Taipei Dangdai
Kutlesa is pleased to participate in the sixth edition of Taipei Dangdai (Booth DG02) with a solo presentation by Alexandre Wagner. The sixth edition of Taipei Dangdai, will take place at Taipei Nangang Exhibition Center, from 9 – 11 May 2025 (VIP Preview 8 May).
The paintings of Alexandre Wagner are imbued with a charged sense of disorientation—spaces that dissolve under observation, as if extracted from a dream, a memory, or an imagined place.
These images are enveloped in a fog of ambiguity. Forms oscillate, appearing and disappearing in ways that evoke forests, stone, water, and sky, without ever fully resolving into recognizable representations. As the artist describes, the “possibility of a thing ceasing to be immediately what it seems to be” is a defining feature of his process. He continues: “When that happens, I feel that the work continues to unfold, remains active, and keeps generating meaning, precisely because it cannot be definitively named. If an accumulation of gestures resembles forest foliage, the painting reminds us that before anything else, it is paint—marks on a surface.”
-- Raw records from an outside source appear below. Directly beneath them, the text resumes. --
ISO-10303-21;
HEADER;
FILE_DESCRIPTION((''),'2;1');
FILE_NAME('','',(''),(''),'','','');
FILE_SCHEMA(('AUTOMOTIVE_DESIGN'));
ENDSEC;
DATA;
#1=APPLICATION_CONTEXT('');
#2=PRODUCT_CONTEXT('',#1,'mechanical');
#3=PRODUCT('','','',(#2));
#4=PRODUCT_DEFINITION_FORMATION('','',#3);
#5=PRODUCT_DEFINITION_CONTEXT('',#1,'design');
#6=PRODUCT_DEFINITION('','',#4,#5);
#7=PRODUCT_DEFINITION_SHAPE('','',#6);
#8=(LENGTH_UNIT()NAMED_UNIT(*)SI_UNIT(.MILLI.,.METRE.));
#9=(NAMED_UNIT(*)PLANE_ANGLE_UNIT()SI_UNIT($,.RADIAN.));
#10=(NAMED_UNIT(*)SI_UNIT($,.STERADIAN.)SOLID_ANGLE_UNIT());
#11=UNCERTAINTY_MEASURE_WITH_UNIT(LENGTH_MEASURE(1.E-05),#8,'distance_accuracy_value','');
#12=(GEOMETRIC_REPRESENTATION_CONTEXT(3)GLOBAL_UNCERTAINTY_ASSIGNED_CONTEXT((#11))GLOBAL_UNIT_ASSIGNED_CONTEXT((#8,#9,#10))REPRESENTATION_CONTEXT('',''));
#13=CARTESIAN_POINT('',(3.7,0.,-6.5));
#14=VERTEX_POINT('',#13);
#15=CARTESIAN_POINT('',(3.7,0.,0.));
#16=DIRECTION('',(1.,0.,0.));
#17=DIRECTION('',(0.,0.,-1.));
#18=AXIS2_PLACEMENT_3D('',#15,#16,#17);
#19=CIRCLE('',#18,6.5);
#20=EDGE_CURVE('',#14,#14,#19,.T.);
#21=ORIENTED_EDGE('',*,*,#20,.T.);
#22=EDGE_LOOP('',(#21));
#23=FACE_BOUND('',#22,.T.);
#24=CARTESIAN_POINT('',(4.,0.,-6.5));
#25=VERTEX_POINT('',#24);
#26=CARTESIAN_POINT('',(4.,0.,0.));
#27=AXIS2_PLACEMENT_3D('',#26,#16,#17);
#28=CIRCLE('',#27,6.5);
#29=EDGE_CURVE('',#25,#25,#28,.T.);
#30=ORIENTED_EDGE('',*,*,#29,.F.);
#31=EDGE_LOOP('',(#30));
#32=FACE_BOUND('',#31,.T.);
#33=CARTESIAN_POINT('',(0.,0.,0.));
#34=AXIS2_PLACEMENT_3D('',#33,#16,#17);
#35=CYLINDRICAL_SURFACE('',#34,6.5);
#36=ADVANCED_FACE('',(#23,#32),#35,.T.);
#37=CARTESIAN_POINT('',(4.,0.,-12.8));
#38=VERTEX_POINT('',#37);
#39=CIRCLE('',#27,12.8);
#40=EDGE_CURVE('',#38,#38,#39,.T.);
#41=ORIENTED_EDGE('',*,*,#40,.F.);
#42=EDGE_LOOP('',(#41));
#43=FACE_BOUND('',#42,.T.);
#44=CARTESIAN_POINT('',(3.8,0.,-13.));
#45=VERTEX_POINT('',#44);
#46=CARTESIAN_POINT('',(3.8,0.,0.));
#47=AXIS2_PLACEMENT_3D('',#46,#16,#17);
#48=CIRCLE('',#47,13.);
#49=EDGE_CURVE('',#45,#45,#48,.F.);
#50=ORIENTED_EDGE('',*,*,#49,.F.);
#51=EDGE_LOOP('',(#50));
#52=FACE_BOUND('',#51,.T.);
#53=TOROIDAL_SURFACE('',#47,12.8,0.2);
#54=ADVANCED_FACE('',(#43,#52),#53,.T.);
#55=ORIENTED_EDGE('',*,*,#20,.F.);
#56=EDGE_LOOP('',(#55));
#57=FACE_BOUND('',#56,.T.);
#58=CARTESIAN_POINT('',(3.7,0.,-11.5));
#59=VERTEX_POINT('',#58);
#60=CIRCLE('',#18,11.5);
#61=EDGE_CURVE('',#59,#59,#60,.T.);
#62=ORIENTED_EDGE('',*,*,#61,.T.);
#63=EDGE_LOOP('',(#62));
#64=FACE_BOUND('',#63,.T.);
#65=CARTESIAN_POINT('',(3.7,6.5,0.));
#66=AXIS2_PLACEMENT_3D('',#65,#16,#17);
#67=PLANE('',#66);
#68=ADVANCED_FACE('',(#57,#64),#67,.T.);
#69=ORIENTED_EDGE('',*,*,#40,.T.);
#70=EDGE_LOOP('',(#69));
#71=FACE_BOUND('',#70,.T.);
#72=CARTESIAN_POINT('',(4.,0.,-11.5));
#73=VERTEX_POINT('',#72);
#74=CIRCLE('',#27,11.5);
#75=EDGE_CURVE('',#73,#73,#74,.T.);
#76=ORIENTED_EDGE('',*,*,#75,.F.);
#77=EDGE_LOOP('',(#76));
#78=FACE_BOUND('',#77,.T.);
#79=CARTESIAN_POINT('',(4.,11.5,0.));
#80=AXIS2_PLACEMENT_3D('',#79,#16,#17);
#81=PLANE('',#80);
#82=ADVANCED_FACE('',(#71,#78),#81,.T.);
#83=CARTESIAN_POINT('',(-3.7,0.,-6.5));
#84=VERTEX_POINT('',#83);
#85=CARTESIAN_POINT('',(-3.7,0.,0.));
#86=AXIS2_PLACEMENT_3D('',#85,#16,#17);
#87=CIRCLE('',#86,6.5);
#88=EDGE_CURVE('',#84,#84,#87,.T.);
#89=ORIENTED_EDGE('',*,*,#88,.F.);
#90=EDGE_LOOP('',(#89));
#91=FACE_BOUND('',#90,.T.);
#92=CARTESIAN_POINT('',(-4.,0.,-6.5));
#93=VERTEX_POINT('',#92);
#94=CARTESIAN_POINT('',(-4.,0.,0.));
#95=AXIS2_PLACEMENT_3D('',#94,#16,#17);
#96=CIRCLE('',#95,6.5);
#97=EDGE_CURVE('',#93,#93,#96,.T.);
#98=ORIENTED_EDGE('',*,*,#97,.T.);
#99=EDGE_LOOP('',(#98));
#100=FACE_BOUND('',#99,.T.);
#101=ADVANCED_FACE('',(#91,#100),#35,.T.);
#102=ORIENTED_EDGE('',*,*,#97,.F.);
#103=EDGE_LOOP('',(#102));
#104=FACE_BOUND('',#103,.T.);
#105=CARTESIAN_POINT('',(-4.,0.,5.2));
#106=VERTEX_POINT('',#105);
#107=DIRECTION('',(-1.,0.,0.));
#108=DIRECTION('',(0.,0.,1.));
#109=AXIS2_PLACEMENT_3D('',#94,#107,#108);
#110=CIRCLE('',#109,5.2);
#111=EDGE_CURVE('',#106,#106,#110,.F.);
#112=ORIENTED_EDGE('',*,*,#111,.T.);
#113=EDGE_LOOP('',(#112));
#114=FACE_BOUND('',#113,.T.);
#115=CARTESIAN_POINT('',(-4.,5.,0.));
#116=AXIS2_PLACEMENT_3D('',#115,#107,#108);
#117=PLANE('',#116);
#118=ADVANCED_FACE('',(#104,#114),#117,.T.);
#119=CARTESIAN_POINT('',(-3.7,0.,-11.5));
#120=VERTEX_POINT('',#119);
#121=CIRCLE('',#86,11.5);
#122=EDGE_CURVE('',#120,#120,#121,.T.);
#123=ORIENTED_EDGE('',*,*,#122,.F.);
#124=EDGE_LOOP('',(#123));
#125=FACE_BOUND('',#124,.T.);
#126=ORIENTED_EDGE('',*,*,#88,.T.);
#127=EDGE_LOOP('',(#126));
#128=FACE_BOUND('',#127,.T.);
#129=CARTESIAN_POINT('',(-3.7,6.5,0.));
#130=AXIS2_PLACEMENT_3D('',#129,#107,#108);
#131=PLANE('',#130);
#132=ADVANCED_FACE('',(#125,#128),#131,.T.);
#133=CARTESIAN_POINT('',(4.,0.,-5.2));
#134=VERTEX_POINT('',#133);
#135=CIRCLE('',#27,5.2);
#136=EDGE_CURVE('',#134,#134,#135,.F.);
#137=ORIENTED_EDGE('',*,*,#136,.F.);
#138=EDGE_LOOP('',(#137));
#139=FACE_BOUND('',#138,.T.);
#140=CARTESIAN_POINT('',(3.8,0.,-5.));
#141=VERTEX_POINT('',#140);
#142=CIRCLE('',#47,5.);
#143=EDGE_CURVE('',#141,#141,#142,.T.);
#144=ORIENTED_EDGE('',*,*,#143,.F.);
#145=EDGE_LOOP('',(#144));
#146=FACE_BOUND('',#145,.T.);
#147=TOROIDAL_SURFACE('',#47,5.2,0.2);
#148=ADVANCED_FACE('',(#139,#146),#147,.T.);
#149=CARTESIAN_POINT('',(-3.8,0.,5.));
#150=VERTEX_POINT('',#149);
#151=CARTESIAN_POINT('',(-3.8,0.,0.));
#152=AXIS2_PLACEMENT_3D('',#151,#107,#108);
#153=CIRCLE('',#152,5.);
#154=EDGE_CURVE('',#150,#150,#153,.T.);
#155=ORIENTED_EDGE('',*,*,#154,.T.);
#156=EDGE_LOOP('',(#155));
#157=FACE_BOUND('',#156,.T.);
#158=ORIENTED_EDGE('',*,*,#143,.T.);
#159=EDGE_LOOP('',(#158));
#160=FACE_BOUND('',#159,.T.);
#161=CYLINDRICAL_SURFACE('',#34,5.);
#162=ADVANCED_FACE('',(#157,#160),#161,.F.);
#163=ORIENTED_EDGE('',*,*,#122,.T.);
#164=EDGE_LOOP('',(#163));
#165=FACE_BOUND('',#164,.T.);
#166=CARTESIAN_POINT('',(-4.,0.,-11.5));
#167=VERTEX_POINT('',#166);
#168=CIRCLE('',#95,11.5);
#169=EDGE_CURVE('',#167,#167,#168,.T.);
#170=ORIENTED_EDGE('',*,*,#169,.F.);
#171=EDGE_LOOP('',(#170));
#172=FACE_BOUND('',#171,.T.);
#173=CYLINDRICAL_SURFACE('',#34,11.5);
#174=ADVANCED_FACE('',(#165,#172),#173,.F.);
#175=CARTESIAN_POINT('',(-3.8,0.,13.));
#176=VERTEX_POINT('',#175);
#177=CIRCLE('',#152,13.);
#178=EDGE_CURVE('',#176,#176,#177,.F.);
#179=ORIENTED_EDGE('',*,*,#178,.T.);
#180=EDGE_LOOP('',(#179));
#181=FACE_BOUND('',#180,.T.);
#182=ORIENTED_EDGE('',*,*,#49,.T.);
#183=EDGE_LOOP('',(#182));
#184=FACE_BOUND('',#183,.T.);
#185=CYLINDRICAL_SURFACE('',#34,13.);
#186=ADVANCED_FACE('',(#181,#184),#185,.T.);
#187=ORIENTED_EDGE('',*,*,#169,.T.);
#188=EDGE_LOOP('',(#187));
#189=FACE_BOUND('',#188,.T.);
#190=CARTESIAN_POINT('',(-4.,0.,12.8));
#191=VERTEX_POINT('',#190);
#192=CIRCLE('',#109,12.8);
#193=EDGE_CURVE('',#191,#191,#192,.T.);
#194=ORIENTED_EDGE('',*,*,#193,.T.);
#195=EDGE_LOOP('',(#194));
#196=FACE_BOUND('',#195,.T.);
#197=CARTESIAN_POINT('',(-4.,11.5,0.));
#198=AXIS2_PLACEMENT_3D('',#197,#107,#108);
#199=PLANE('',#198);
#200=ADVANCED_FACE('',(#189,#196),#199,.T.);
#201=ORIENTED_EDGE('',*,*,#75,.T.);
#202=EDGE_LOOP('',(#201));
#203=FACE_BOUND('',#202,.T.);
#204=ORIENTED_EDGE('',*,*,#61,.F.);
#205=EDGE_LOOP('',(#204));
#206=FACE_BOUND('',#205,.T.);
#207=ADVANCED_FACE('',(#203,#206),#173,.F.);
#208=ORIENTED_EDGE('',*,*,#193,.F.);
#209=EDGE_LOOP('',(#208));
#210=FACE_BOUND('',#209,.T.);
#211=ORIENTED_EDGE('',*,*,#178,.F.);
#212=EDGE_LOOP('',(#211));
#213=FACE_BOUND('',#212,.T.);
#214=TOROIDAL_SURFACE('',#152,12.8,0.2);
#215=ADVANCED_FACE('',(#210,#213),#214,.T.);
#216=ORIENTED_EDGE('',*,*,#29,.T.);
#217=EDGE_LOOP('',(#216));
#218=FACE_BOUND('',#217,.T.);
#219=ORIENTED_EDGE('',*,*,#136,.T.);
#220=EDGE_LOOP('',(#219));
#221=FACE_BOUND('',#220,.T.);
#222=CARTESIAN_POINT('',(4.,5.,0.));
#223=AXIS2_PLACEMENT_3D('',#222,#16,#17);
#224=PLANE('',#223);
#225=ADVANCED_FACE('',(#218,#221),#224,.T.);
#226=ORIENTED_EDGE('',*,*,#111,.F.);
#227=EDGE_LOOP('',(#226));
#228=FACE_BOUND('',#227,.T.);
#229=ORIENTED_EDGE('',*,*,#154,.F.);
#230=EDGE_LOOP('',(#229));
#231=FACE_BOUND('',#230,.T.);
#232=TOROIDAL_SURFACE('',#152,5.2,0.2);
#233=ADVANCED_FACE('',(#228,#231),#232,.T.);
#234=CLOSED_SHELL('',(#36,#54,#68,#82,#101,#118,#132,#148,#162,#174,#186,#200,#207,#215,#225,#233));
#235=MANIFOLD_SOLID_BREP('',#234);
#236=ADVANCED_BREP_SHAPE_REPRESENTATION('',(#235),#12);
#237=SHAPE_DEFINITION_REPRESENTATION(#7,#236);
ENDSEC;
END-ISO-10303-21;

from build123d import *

# Parameters (mm, degrees)
FILLET1_R = 0.2


with BuildPart() as part:
    # Sketch1 → Revolve1 (revolve)
    with BuildSketch(Plane.XY, mode=Mode.PRIVATE) as revolve1_sk:
        Polygon((4, 5), (-4, 5), (-4, 6.5), (-3.7, 6.5), (-3.7, 11.5), (-4, 11.5), (-4, 13), (4, 13), (4, 11.5), (3.7, 11.5), (3.7, 6.5), (4, 6.5), align=None)
    revolve(revolve1_sk.sketch.rotate(Axis((0, 0, 0), (-1, 0, 0)), 90), axis=Axis((0, 0, 0), (-1, 0, 0)))

    # Fillet1
    fillet1_edges = [part.edges().sort_by_distance(p)[0] for p in [
        (4, 0, 13),
        (-4, 0, 13),
        (-4, 0, 5),
        (4, 0, 5),
    ]]
    fillet(fillet1_edges, radius=FILLET1_R)


solid = part.part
The works selected for this exhibition invite the viewer to dwell on the surface of the canvas and to observe the methodical, almost obsessive construction of each composition: composed of small and energetic gestures. Through successive layers of highly diluted paint, Wagner’s brushwork appears to subtract rather than apply pigment. Each mark scrapes, excavates, and reveals light from the raw white of the canvas beneath.
This sense of excavation, inherent in Wagner’s practice, also implies an ever-present potential for dissolution. In works such as Gengibre-Azul and Corrupião Vermelho, a circular form at the center of the composition acts as a magnetic nucleus, drawing the viewer’s gaze inward, while surrounding elements seem to ripple and dissolve. In Canela-Ferrugem and Açoita-Cavalo, the impression of a dense forest is constructed through undulating lateral gestures—fragmented into hundreds of brushstrokes that suggest a fictive architecture, removed from any literal depiction of landscape. In Laguna, rhythmic motion supersedes any direct reference to nature, reflection, or vegetation; it is as though the artist were attempting to render the sensation of wind moving through the scene.
Wagner’s paintings resist resolution. They operate as psychological and perceptual spaces into which the viewer may fall. They evoke landscapes without ever fully becoming them, remaining suspended in a charged space between figuration and abstraction. In Wagner’s visual lexicon, clarity becomes a constraint, and ambiguity a generative language—one that speaks not to what is seen, but to the experience of seeing, remembering, and imagining.